* **Directions for this task**:
Check each line below for the word "body", then please report how many lines have it and nothing more.

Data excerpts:
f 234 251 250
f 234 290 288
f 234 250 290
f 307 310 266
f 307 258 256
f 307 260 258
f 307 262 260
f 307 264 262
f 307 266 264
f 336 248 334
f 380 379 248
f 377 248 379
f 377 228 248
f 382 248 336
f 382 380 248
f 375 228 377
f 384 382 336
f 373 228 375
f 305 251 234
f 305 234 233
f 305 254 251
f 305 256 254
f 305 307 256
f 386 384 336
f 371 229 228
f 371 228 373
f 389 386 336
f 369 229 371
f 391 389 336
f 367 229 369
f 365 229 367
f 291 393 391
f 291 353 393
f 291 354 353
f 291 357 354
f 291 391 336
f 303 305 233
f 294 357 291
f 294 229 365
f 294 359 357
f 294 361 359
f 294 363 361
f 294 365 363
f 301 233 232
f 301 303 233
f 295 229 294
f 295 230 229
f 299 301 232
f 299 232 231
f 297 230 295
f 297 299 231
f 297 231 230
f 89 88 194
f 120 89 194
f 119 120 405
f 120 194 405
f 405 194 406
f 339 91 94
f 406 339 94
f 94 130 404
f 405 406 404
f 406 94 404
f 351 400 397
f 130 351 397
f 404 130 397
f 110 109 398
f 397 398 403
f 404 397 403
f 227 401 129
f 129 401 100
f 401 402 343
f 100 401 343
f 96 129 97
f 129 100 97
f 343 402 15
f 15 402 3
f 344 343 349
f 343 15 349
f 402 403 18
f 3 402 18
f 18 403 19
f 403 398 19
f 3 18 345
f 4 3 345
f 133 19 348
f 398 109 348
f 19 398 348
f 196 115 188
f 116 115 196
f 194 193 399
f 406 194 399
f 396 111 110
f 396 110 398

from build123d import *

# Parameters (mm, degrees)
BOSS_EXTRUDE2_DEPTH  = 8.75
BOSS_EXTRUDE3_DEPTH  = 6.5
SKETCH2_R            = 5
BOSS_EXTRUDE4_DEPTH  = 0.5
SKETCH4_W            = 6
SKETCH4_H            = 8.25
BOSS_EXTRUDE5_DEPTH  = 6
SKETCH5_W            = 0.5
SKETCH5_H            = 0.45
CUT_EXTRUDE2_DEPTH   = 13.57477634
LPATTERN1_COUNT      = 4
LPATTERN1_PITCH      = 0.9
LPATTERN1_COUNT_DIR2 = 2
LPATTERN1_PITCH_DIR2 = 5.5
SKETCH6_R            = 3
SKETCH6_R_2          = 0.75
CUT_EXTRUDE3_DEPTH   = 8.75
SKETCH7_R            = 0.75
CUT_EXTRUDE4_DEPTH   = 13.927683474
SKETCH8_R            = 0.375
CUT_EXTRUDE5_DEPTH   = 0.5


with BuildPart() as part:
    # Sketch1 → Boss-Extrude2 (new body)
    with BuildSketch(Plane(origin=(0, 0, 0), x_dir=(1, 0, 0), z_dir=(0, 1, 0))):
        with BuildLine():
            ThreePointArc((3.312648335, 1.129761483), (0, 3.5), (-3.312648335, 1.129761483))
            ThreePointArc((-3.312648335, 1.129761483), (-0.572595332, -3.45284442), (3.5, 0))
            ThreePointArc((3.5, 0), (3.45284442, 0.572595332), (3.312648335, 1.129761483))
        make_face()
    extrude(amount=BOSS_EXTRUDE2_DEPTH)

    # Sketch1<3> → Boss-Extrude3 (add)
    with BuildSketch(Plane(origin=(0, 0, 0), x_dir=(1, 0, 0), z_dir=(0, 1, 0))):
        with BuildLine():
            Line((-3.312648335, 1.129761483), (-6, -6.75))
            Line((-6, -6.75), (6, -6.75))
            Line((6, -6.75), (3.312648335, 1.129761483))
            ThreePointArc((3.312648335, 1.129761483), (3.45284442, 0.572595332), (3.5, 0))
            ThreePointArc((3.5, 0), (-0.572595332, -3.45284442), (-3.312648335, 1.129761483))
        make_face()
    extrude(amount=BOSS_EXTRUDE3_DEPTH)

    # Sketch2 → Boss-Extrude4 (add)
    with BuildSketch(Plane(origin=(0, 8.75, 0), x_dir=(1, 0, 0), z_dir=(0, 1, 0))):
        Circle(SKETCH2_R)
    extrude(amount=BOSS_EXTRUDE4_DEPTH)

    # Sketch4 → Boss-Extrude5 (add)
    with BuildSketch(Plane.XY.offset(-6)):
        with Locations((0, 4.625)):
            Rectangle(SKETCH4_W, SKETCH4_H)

---

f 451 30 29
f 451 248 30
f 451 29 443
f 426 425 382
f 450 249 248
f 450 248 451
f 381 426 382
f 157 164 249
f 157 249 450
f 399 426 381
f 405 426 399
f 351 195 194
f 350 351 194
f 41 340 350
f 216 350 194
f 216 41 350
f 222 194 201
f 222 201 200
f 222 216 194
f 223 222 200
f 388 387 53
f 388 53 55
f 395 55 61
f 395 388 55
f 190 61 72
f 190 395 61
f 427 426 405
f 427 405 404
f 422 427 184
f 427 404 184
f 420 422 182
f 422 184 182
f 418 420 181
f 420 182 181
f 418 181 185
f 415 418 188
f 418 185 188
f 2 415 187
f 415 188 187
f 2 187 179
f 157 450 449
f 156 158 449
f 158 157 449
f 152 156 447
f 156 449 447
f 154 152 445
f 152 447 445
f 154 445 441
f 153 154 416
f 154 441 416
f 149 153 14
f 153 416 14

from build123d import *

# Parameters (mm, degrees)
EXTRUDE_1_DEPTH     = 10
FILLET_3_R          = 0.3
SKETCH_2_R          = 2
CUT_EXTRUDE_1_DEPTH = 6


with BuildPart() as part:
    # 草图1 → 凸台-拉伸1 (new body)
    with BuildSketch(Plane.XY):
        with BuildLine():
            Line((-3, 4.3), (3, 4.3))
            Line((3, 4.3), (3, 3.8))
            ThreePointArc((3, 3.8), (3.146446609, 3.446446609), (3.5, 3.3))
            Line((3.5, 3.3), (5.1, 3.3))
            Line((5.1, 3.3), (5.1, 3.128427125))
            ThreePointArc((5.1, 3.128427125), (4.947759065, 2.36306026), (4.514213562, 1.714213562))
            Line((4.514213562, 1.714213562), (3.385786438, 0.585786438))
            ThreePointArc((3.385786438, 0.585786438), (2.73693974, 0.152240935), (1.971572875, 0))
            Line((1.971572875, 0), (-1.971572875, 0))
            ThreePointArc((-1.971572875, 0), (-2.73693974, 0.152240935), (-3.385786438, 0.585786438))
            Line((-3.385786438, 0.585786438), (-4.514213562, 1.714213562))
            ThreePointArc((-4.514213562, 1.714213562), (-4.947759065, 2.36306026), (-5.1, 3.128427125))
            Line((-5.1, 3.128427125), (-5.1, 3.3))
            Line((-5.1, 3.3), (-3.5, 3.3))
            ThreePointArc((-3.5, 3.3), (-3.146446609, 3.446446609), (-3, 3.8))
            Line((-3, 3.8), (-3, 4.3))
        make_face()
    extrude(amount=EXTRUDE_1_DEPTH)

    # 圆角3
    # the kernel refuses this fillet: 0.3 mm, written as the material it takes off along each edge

* **The completed task**:
2